10. Hukuk Dairesi 2011/17404 E. , 2013/127 K.
"İçtihat Metni"
Mahkemesi :İş Mahkemesi
No : .....
Dava, 1479 sayılı Kanun kapsamında 08.4.1992 tarihinden sonraki....sigortalılığının geçerli olduğunun tespiti istemine ilişkindir.
Mahkemece, ilamında belirtildiği şekilde davanın kısmen kabulü ile yurtdışında çalışılmadığı anlaşılan 08.4.1995-30.9.2001 tarihleri arasında 1479 sayılı Kanunun 79. maddesi kapsamında isteğe bağlı sigortalılığın tespitine karar verilmiştir.
Hükmün, taraflar vekilleri tarafından temyiz edilmesi üzerine, temyiz isteğinin süresinde olduğu anlaşıldıktan ve Tetkik Hâkimi ... tarafından düzenlenen raporla dosyadaki kâğıtlar okunduktan sonra işin gereği düşünüldü ve aşağıdaki karar tespit edildi.
Dosyadaki yazılara, toplanan delillere ve hükmün dayandığı gerektirici sebeplere göre, davalı ... avukatının tüm, davacı vekilinin sair temyiz itirazlarının reddi gerekir.

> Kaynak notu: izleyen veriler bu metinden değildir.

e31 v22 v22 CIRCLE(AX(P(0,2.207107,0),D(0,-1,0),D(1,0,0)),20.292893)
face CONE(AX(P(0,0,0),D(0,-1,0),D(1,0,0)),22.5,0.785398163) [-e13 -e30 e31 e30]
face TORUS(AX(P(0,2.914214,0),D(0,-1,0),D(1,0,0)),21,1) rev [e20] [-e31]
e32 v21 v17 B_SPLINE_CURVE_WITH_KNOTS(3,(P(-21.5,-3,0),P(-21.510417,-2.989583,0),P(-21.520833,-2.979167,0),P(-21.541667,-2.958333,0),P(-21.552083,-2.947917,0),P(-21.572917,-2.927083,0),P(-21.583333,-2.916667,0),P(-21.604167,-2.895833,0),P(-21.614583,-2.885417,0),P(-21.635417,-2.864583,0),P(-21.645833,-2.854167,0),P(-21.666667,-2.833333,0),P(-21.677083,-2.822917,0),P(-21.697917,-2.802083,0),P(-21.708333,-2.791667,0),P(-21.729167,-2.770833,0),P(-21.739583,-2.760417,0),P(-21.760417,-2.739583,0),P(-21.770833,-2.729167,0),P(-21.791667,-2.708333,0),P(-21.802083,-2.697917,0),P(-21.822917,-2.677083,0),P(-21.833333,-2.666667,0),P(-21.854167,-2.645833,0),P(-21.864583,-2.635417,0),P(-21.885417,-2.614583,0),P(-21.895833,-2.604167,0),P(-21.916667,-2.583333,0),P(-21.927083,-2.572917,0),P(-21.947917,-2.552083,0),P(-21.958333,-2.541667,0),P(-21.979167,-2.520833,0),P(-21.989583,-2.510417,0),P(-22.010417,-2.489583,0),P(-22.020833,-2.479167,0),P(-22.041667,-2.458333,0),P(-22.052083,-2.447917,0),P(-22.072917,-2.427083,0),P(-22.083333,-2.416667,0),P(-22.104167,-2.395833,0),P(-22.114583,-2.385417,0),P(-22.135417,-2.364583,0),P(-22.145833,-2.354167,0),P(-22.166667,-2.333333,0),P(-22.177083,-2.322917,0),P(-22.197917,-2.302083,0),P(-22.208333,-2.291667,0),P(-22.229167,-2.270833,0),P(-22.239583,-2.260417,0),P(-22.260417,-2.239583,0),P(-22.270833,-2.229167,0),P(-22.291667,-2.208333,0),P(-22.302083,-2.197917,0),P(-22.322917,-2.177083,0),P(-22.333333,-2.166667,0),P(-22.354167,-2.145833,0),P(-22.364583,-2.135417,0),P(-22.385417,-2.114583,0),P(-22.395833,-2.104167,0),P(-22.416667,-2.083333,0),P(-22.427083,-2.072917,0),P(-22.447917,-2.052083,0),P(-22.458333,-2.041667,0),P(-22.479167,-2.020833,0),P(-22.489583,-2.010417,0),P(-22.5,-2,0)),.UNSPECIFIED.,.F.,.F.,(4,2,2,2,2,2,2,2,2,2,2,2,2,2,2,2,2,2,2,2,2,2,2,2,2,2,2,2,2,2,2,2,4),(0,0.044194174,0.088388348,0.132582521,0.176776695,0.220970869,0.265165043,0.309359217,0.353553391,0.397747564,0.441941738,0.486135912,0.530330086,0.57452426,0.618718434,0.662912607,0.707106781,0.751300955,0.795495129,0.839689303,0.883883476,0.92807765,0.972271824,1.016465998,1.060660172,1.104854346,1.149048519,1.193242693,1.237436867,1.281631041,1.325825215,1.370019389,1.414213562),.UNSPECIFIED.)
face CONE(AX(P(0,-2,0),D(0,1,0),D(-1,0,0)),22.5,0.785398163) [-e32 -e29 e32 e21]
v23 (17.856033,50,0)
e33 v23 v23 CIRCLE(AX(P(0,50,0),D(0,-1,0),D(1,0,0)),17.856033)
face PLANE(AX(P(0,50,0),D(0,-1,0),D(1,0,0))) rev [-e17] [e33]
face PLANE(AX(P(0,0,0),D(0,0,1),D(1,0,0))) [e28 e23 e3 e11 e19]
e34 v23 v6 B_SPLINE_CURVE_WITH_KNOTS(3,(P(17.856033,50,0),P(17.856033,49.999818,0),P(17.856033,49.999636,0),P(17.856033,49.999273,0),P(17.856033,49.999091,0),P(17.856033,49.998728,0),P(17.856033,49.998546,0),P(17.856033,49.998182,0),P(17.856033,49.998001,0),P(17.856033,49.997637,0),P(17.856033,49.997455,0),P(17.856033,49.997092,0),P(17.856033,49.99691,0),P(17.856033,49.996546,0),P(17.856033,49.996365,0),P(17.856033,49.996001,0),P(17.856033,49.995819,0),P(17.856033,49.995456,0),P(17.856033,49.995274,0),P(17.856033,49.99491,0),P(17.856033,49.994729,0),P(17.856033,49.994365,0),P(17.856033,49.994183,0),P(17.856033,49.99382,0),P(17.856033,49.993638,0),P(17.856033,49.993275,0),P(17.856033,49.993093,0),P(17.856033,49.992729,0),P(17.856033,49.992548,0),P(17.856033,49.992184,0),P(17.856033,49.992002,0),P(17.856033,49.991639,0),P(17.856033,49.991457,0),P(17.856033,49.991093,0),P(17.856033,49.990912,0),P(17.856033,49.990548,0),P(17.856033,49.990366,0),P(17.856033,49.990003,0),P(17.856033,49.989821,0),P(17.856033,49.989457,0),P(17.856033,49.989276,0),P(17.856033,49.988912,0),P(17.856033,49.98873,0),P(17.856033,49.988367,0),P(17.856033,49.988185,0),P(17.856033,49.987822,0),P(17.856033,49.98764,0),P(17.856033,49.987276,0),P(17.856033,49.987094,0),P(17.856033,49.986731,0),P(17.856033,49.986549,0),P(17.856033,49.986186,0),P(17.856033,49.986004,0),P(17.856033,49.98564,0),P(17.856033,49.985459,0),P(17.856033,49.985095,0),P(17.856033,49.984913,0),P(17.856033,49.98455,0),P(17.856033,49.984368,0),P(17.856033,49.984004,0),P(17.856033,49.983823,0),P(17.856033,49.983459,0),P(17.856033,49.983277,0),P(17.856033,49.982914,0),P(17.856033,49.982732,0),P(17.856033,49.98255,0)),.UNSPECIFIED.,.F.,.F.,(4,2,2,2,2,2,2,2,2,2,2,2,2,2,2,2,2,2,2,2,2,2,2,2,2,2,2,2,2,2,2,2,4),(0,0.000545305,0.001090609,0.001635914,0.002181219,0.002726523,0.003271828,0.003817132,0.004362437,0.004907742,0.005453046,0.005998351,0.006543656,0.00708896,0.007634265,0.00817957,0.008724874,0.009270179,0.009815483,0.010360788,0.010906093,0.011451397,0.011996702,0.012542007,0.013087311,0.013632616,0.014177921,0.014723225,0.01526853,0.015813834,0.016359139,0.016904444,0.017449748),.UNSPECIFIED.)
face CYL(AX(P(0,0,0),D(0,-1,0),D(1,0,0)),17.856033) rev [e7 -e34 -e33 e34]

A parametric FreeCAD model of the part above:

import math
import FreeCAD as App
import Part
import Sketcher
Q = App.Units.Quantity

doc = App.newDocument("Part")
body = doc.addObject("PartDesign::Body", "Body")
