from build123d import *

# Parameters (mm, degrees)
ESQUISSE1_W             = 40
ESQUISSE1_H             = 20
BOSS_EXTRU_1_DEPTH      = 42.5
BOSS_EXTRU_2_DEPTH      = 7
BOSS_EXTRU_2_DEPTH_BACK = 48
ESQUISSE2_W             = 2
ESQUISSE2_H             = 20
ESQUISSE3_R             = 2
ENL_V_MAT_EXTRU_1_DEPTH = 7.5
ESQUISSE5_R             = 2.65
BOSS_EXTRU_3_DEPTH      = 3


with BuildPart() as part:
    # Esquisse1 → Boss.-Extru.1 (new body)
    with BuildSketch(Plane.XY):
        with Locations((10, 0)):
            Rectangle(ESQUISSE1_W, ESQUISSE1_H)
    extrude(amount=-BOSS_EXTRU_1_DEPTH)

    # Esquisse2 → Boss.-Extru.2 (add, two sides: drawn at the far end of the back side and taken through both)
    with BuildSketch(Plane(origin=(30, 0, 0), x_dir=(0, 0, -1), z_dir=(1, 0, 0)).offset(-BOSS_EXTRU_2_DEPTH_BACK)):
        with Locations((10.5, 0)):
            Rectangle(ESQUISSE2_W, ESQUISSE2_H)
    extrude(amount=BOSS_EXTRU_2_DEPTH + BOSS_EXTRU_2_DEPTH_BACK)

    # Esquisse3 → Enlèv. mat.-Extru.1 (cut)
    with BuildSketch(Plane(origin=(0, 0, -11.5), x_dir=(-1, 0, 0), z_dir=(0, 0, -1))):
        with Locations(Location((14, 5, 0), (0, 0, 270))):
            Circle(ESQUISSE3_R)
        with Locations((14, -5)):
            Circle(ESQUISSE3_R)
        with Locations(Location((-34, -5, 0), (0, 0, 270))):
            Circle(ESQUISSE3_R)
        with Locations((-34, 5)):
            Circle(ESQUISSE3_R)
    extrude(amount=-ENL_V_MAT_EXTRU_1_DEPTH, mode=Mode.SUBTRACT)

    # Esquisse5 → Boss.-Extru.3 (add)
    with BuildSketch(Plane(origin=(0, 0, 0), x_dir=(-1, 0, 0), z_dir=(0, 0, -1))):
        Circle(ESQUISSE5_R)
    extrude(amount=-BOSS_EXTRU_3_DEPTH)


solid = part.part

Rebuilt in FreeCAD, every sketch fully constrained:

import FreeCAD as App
import Part
import Sketcher
from FreeCAD import Vector

doc = App.newDocument("Part")
body = doc.addObject("PartDesign::Body", "Body")

# Sketch on XY plane
sketch1 = doc.addObject("Sketcher::SketchObject", "Sketch")
body.addObject(sketch1)
sketch1.AttachmentSupport = (doc.XY_Plane, [""])
sketch1.MapMode = "FlatFace"
sketch1.addGeometry([
    Part.LineSegment(Vector(-10, 10, 0), Vector(-10, -10, 0)),
    Part.LineSegment(Vector(-10, -10, 0), Vector(30, -10, 0)),
    Part.LineSegment(Vector(30, -10, 0), Vector(30, 10, 0)),
    Part.LineSegment(Vector(30, 10, 0), Vector(-10, 10, 0)),
], False)
sketch1.addConstraint([
    Sketcher.Constraint("Coincident", 0, 2, 1, 1),
    Sketcher.Constraint("Coincident", 1, 2, 2, 1),
    Sketcher.Constraint("Coincident", 2, 2, 3, 1),
    Sketcher.Constraint("Coincident", 3, 2, 0, 1),
    Sketcher.Constraint("Vertical", 0),
    Sketcher.Constraint("Horizontal", 1),
    Sketcher.Constraint("Vertical", 2),
    Sketcher.Constraint("Horizontal", 3),
    Sketcher.Constraint("DistanceX", 1, 1, 1, 2, 40.0),
    Sketcher.Constraint("DistanceY", 0, 2, 0, 1, 20.0),
    Sketcher.Constraint("DistanceX", 0, 2, -1, 1, 10.0),
    Sketcher.Constraint("DistanceY", 0, 2, -1, 1, 10.0),
])
pad1 = doc.addObject("PartDesign::Pad", "Pad")
body.addObject(pad1)
pad1.Profile = sketch1
pad1.Length = 42.5
pad1.Reversed = True

# Sketch on YZ plane
sketch2 = doc.addObject("Sketcher::SketchObject", "Sketch001")
body.addObject(sketch2)
sketch2.AttachmentSupport = (doc.YZ_Plane, [""])
sketch2.MapMode = "FlatFace"
sketch2.AttachmentOffset = App.Placement(Vector(0, 0, 30), App.Rotation())
sketch2.addGeometry([
    Part.LineSegment(Vector(10, -9.5, 0), Vector(-10, -9.5, 0)),
    Part.LineSegment(Vector(-10, -9.5, 0), Vector(-10, -11.5, 0)),
    Part.LineSegment(Vector(-10, -11.5, 0), Vector(10, -11.5, 0)),
    Part.LineSegment(Vector(10, -11.5, 0), Vector(10, -9.5, 0)),
], False)
sketch2.addConstraint([
    Sketcher.Constraint("Coincident", 0, 2, 1, 1),
    Sketcher.Constraint("Coincident", 1, 2, 2, 1),
    Sketcher.Constraint("Coincident", 2, 2, 3, 1),
    Sketcher.Constraint("Coincident", 3, 2, 0, 1),
    Sketcher.Constraint("Horizontal", 0),
    Sketcher.Constraint("Vertical", 1),
    Sketcher.Constraint("Horizontal", 2),
    Sketcher.Constraint("Vertical", 3),
    Sketcher.Constraint("DistanceX", 0, 2, 0, 1, 20.0),
    Sketcher.Constraint("DistanceY", 1, 2, 1, 1, 2.0),
    Sketcher.Constraint("DistanceX", 0, 2, -1, 1, 10.0),
    Sketcher.Constraint("DistanceY", 0, 2, -1, 1, 9.5),
])
pad2 = doc.addObject("PartDesign::Pad", "Pad001")
body.addObject(pad2)
pad2.Profile = sketch2
pad2.Type = "TwoLengths"
pad2.Length = 7
pad2.Length2 = 48

# Sketch on XY plane
sketch3 = doc.addObject("Sketcher::SketchObject", "Sketch002")
body.addObject(sketch3)
sketch3.AttachmentSupport = (doc.XY_Plane, [""])
sketch3.MapMode = "FlatFace"
sketch3.AttachmentOffset = App.Placement(Vector(0, 0, -11.5), App.Rotation())
sketch3.addGeometry([
    Part.Circle(Vector(-14, 5, 0), Vector(0, 0, 1), 2),
    Part.Circle(Vector(-14, -5, 0), Vector(0, 0, 1), 2),
    Part.Circle(Vector(34, -5, 0), Vector(0, 0, 1), 2),
    Part.Circle(Vector(34, 5, 0), Vector(0, 0, 1), 2),
], False)
sketch3.addConstraint([
    Sketcher.Constraint("Equal", 0, 1),
    Sketcher.Constraint("Equal", 1, 2),
    Sketcher.Constraint("Equal", 2, 3),
    Sketcher.Constraint("Symmetric", 0, 3, 1, 3, -1),
    Sketcher.Constraint("Symmetric", 2, 3, 3, 3, -1),
    Sketcher.Constraint("Horizontal", 1, 3, 2, 3),
    Sketcher.Constraint("Diameter", 0, 4.0),
    Sketcher.Constraint("DistanceX", 0, 3, -1, 1, 14.0),
    Sketcher.Constraint("DistanceY", -1, 1, 0, 3, 5.0),
    Sketcher.Constraint("DistanceX", -1, 1, 2, 3, 34.0),
])
pocket1 = doc.addObject("PartDesign::Pocket", "Pocket")
body.addObject(pocket1)
pocket1.Profile = sketch3
pocket1.Length = 7.5
pocket1.Reversed = True

# Sketch on XY plane
sketch4 = doc.addObject("Sketcher::SketchObject", "Sketch003")
body.addObject(sketch4)
sketch4.AttachmentSupport = (doc.XY_Plane, [""])
sketch4.MapMode = "FlatFace"
sketch4.addGeometry(Part.Circle(Vector(0, 0, 0), Vector(0, 0, 1), 2.65), False)
sketch4.addConstraint([
    Sketcher.Constraint("Coincident", 0, 3, -1, 1),
    Sketcher.Constraint("Diameter", 0, 5.3),
])
pad3 = doc.addObject("PartDesign::Pad", "Pad002")
body.addObject(pad3)
pad3.Profile = sketch4
pad3.Length = 3

doc.recompute()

02.8.1984 tarihinde hızarcılık faaliyetine dayalı vergi kaydına istinaden 1479 sayılı Kanun kapsamında.... sigortalısı olarak tescil edilen davacının, sonrasında devam eden anılan faaliyet ve limited şirket ortaklığına dayalı vergi kayıtları, oda ve sicil kayıtları ile düzenli prim ödemesi sebebiyle, 10.3.2008 tarihli tahsis talep tarihine dek 1479 sayılı Kanun kapsamında aktif sigortalı olarak kabul edilir iken, 08.4.1992 tarihinden itibaren....da çalışmaya başladığının Kurumca saptanması üzerine, 07.4.1992 tarihi itibariyle sigortalılığın sona erdiğinin kabulü ile bu tarihten sonra yapılan sağlık yardımlarının yersiz sayıldığı görülmektedir. Kurumun, anılan tarih sonrası sigortalının yapmış olduğu prim ödemelerini, yurtdışında çalışılmayan sürelerde de orada ikamet edildiği gerekçesiyle isteğe bağlı sigortalılığa esas almadığı anlaşılmaktadır.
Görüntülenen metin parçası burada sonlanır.